Должны мы — так велит страна родная —
И за себя трудиться, и за них.
Мы для того прошли сквозь дым и грозы,
Чтоб на руинах все отстроить вновь.
Нас сблизили непролитые слезы,
Нас породнила пролитая кровь.
И может быть, когда мы стары будем,
О днях тяжелых поведя рассказ,
Мы с глаз смахнем слезу, и кто осудит,
Кто упрекнет за эту слабость нас…
— Да… — тяжело вздохнул Зорин. — Многих среди нас нет… — Он опустил голову, замолчал. К нему подошел дежурный по гарнизону и вручил телеграмму.

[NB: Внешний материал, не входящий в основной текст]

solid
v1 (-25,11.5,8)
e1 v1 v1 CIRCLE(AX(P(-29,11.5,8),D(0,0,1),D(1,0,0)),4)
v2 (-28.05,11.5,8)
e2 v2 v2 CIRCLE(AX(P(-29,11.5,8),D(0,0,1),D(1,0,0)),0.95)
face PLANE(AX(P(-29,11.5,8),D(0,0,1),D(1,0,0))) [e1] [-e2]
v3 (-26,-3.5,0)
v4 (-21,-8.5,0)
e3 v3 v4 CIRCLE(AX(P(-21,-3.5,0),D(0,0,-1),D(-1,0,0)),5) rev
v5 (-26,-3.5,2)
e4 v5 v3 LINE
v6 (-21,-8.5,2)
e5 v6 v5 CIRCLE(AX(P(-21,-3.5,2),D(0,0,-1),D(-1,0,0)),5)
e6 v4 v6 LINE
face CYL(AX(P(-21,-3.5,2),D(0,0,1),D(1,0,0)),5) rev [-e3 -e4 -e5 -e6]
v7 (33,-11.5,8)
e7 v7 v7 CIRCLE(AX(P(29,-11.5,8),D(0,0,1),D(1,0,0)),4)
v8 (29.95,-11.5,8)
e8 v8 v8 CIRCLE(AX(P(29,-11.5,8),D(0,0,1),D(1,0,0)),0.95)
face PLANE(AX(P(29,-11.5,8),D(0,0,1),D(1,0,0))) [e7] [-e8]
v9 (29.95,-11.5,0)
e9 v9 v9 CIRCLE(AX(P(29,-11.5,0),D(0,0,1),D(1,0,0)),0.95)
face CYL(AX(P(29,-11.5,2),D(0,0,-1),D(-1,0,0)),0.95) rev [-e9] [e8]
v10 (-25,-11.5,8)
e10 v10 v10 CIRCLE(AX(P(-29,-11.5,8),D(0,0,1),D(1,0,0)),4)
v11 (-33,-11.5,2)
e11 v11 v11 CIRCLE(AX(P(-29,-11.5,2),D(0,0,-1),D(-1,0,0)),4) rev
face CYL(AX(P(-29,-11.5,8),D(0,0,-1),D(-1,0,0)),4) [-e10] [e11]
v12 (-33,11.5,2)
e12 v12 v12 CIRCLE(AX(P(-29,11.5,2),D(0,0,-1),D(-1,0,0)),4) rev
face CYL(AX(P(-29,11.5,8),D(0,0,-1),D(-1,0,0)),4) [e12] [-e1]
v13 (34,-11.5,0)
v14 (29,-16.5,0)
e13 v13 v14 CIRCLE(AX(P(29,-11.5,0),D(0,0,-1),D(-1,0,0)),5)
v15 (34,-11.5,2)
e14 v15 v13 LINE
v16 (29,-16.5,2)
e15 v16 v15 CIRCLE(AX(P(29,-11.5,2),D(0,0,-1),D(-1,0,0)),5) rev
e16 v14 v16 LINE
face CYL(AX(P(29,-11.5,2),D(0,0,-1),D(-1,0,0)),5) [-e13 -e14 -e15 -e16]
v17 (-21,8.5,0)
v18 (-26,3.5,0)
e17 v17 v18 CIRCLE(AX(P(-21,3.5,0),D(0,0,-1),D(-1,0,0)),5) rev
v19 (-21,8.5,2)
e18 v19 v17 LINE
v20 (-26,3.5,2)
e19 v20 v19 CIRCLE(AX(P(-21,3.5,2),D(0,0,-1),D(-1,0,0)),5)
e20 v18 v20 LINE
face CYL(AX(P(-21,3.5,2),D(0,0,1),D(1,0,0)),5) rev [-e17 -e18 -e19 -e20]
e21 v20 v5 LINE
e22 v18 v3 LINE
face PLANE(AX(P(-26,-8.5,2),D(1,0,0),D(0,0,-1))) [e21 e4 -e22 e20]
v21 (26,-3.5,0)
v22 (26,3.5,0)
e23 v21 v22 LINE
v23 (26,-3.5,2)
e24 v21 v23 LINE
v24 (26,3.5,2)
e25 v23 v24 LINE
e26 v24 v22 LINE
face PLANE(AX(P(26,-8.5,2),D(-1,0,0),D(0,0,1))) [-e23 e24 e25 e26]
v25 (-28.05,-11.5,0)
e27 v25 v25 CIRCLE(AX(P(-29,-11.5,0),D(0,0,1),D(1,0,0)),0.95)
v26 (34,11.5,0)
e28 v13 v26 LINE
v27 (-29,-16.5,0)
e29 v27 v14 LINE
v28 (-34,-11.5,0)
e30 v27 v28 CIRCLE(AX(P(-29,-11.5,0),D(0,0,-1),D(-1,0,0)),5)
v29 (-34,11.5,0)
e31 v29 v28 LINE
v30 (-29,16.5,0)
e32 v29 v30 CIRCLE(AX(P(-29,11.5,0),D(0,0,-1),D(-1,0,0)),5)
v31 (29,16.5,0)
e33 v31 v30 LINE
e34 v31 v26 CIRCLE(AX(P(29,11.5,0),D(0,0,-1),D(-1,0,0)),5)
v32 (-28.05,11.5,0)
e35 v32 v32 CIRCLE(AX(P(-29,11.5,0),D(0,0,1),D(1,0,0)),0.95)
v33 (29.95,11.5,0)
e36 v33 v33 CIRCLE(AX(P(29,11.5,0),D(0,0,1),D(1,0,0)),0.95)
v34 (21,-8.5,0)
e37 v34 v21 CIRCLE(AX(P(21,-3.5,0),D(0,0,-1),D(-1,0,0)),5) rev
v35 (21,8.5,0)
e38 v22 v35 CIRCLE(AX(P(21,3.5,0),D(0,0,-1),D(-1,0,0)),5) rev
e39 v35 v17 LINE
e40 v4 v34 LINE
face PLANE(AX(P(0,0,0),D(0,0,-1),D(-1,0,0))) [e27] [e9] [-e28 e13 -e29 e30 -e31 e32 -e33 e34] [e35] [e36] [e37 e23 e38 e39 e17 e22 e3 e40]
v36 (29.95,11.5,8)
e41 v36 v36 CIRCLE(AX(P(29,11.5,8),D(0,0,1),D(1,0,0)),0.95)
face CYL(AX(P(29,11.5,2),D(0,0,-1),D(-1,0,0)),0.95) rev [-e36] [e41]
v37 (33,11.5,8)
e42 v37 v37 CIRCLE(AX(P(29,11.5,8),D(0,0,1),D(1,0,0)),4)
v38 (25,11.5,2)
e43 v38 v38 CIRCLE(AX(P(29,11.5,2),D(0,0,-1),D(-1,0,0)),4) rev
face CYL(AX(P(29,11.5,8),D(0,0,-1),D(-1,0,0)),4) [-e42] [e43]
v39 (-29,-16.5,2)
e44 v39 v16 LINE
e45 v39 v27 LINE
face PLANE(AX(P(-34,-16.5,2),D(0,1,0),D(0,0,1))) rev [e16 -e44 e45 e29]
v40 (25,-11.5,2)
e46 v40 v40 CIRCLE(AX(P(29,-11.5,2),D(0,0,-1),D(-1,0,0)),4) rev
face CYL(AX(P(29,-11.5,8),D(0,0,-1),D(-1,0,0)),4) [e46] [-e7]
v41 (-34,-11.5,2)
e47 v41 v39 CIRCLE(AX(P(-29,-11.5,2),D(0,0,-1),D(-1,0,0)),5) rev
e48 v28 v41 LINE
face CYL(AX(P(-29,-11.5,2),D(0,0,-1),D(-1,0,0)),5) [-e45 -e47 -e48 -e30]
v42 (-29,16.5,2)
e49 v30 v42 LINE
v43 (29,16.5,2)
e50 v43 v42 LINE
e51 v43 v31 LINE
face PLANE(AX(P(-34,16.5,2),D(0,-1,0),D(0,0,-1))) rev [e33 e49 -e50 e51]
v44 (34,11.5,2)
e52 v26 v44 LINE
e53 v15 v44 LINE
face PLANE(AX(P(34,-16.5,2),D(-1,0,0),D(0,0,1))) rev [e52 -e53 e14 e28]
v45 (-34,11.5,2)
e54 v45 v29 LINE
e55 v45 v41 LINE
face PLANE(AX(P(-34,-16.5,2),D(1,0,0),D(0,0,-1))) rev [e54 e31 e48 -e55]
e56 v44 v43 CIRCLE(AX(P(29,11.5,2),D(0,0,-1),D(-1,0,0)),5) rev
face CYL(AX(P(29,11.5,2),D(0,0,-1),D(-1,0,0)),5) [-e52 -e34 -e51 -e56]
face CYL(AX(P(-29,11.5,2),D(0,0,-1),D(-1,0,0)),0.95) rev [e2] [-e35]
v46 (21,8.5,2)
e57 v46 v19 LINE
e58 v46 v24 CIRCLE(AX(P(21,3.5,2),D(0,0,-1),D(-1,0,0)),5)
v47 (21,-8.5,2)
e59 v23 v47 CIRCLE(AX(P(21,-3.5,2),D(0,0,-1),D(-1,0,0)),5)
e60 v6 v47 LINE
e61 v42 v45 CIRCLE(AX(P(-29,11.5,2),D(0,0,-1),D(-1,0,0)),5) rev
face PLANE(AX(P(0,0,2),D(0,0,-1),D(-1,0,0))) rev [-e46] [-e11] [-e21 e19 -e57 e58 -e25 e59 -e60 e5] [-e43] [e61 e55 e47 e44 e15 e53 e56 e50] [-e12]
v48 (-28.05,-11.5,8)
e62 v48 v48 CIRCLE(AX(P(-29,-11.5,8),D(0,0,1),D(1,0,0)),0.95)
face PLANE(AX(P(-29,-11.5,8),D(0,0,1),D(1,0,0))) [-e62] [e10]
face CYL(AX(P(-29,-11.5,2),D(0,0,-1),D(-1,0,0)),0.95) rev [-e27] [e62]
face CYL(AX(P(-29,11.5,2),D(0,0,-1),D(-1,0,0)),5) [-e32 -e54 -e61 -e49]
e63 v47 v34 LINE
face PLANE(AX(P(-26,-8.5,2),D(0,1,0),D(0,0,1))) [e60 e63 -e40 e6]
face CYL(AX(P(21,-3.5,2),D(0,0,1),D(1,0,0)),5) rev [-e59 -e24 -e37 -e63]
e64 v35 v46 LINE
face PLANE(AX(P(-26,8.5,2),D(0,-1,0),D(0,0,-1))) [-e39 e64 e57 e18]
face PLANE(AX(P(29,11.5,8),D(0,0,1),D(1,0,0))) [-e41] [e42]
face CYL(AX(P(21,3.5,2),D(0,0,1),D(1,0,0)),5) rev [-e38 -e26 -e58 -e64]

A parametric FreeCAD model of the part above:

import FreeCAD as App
import Part
import Sketcher
from FreeCAD import Vector
Q = App.Units.Quantity


def edges_at(feature, points):
    """Names of the edges that pass closest to the given points."""
    edges = feature.Shape.Edges
    near = lambda p: min(range(len(edges)), key=lambda i: edges[i].distToShape(Part.Vertex(*p))[0])
    return sorted({f"Edge{near(p) + 1}" for p in points})


def add_polygon(sketch, points):
    """Adds a closed chain of lines whose ends are joined by coincident constraints."""
    first, n = sketch.GeometryCount, len(points)
    for a, b in zip(points, points[1:] + points[:1]):
        sketch.addGeometry(Part.LineSegment(App.Vector(*a, 0), App.Vector(*b, 0)), False)
    for i in range(n):
        sketch.addConstraint(Sketcher.Constraint("Coincident", first + i, 2, first + (i + 1) % n, 1))

doc = App.newDocument("Part")
body = doc.addObject("PartDesign::Body", "Body")

# Sketch on XY plane
sketch1 = body.newObject("Sketcher::SketchObject", "Sketch")
sketch1.AttachmentSupport = (doc.getObject("XY_Plane"), [""])
sketch1.MapMode = "FlatFace"
add_polygon(sketch1, [(-34, 16.5), (-34, -16.5), (34, -16.5), (34, 16.5)])  # lines 0-3
sketch1.addGeometry(Part.Circle(Vector(-29, -11.5, 0), Vector(0, 0, 1), 0.95), False)  # 4
add_polygon(sketch1, [(26, -8.5), (-26, -8.5), (-26, 8.5), (26, 8.5)])  # lines 5-8
sketch1.addGeometry(Part.Circle(Vector(29, -11.5, 0), Vector(0, 0, 1), 0.95), False)  # 9
sketch1.addGeometry(Part.Circle(Vector(-29, 11.5, 0), Vector(0, 0, 1), 0.95), False)  # 10
sketch1.addGeometry(Part.Circle(Vector(29, 11.5, 0), Vector(0, 0, 1), 0.95), False)  # 11
sketch1.addConstraint([
    Sketcher.Constraint("Vertical", 0),
    Sketcher.Constraint("Horizontal", 1),
    Sketcher.Constraint("Vertical", 2),
    Sketcher.Constraint("Horizontal", 3),
    Sketcher.Constraint("Horizontal", 5),
    Sketcher.Constraint("Vertical", 6),
    Sketcher.Constraint("Horizontal", 7),
    Sketcher.Constraint("Vertical", 8),
    Sketcher.Constraint("Equal", 4, 9),
    Sketcher.Constraint("Equal", 9, 10),
    Sketcher.Constraint("Equal", 10, 11),
    Sketcher.Constraint("Symmetric", 9, 3, 10, 3, -1, 1),
    Sketcher.Constraint("Symmetric", 4, 3, 11, 3, -1, 1),
    Sketcher.Constraint("Symmetric", 0, 2, 2, 2, -1, 1),
    Sketcher.Constraint("Symmetric", 5, 2, 7, 2, -1, 1),
    Sketcher.Constraint("Symmetric", 4, 3, 9, 3, -2),
    Sketcher.Constraint("Diameter", 4, Q("1.9 mm")),
    Sketcher.Constraint("DistanceX", 1, 1, 1, 2, Q("68 mm")),
    Sketcher.Constraint("DistanceX", 5, 2, 5, 1, Q("52 mm")),
    Sketcher.Constraint("DistanceY", 0, 2, 0, 1, Q("33 mm")),
    Sketcher.Constraint("DistanceY", 6, 1, 6, 2, Q("17 mm")),
    Sketcher.Constraint("DistanceX", 4, 3, -1, 1, Q("29 mm")),
    Sketcher.Constraint("DistanceY", 4, 3, 10, 3, Q("23 mm")),
])
pad1 = body.newObject("PartDesign::Pad", "Pad")
pad1.Profile = sketch1
pad1.Length = 2

# Sketch on XY plane
sketch2 = body.newObject("Sketcher::SketchObject", "Sketch001")
sketch2.AttachmentSupport = (doc.getObject("XY_Plane"), [""])
sketch2.MapMode = "FlatFace"
sketch2.AttachmentOffset = App.Placement(Vector(0, 0, 2), App.Rotation())
sketch2.addGeometry([
    Part.Circle(Vector(-29, 11.5, 0), Vector(0, 0, 1), 4),  # 0
    Part.Circle(Vector(-29, 11.5, 0), Vector(0, 0, 1), 0.95),  # 1
    Part.Circle(Vector(29, 11.5, 0), Vector(0, 0, 1), 4),  # 2
    Part.Circle(Vector(29, 11.5, 0), Vector(0, 0, 1), 0.95),  # 3
    Part.Circle(Vector(29, -11.5, 0), Vector(0, 0, 1), 4),  # 4
    Part.Circle(Vector(29, -11.5, 0), Vector(0, 0, 1), 0.95),  # 5
    Part.Circle(Vector(-29, -11.5, 0), Vector(0, 0, 1), 4),  # 6
    Part.Circle(Vector(-29, -11.5, 0), Vector(0, 0, 1), 0.95),  # 7
], False)
sketch2.addConstraint([
    Sketcher.Constraint("Coincident", 1, 3, 0, 3),
    Sketcher.Constraint("Coincident", 3, 3, 2, 3),
    Sketcher.Constraint("Coincident", 5, 3, 4, 3),
    Sketcher.Constraint("Coincident", 7, 3, 6, 3),
    Sketcher.Constraint("Equal", 0, 2),
    Sketcher.Constraint("Equal", 1, 3),
    Sketcher.Constraint("Equal", 2, 4),
    Sketcher.Constraint("Equal", 3, 5),
    Sketcher.Constraint("Equal", 4, 6),
    Sketcher.Constraint("Equal", 5, 7),
    Sketcher.Constraint("Symmetric", 0, 3, 4, 3, -1, 1),
    Sketcher.Constraint("Symmetric", 2, 3, 6, 3, -1, 1),
    Sketcher.Constraint("Symmetric", 0, 3, 2, 3, -2),
    Sketcher.Constraint("Diameter", 0, Q("8 mm")),
    Sketcher.Constraint("Diameter", 1, Q("1.9 mm")),
    Sketcher.Constraint("DistanceX", 0, 3, -1, 1, Q("29 mm")),
    Sketcher.Constraint("DistanceY", 4, 3, 2, 3, Q("23 mm")),
])
pad2 = body.newObject("PartDesign::Pad", "Pad001")
pad2.Profile = sketch2
pad2.Length = 6
doc.recompute()

fillet = body.newObject("PartDesign::Fillet", "Fillet")
fillet.Base = (pad2, edges_at(pad2, [
    (26, -8.5, 1),
    (26, 8.5, 1),
    (-26, 8.5, 1),
    (-26, -8.5, 1),
    (34, -16.5, 1),
    (-34, -16.5, 1),
    (-34, 16.5, 1),
    (34, 16.5, 1),
]))
fillet.Radius = 5

doc.recompute()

Зорин быстро прочел ее и обратился к Колоскову:
— Поздравляю вас, Яков Степанович, — он пожал Колоскову руку, — пойдемте в зал. Товарищи, — обратился он к танцующим. Радиола умолкла, все повернулись к Зорину. — Получен Указ Президиума Верховного Совета СССР о награждении орденами офицеров нашего полка: «За отличное выполнение своего служебного долга наградить: орденом Красного Знамени гвардии майора Колоскова Якова Степановича. Орденом Красной Звезды — капитана Снегова Евгения Никифоровича, рядового Цимбала Куприяна Гавриловича».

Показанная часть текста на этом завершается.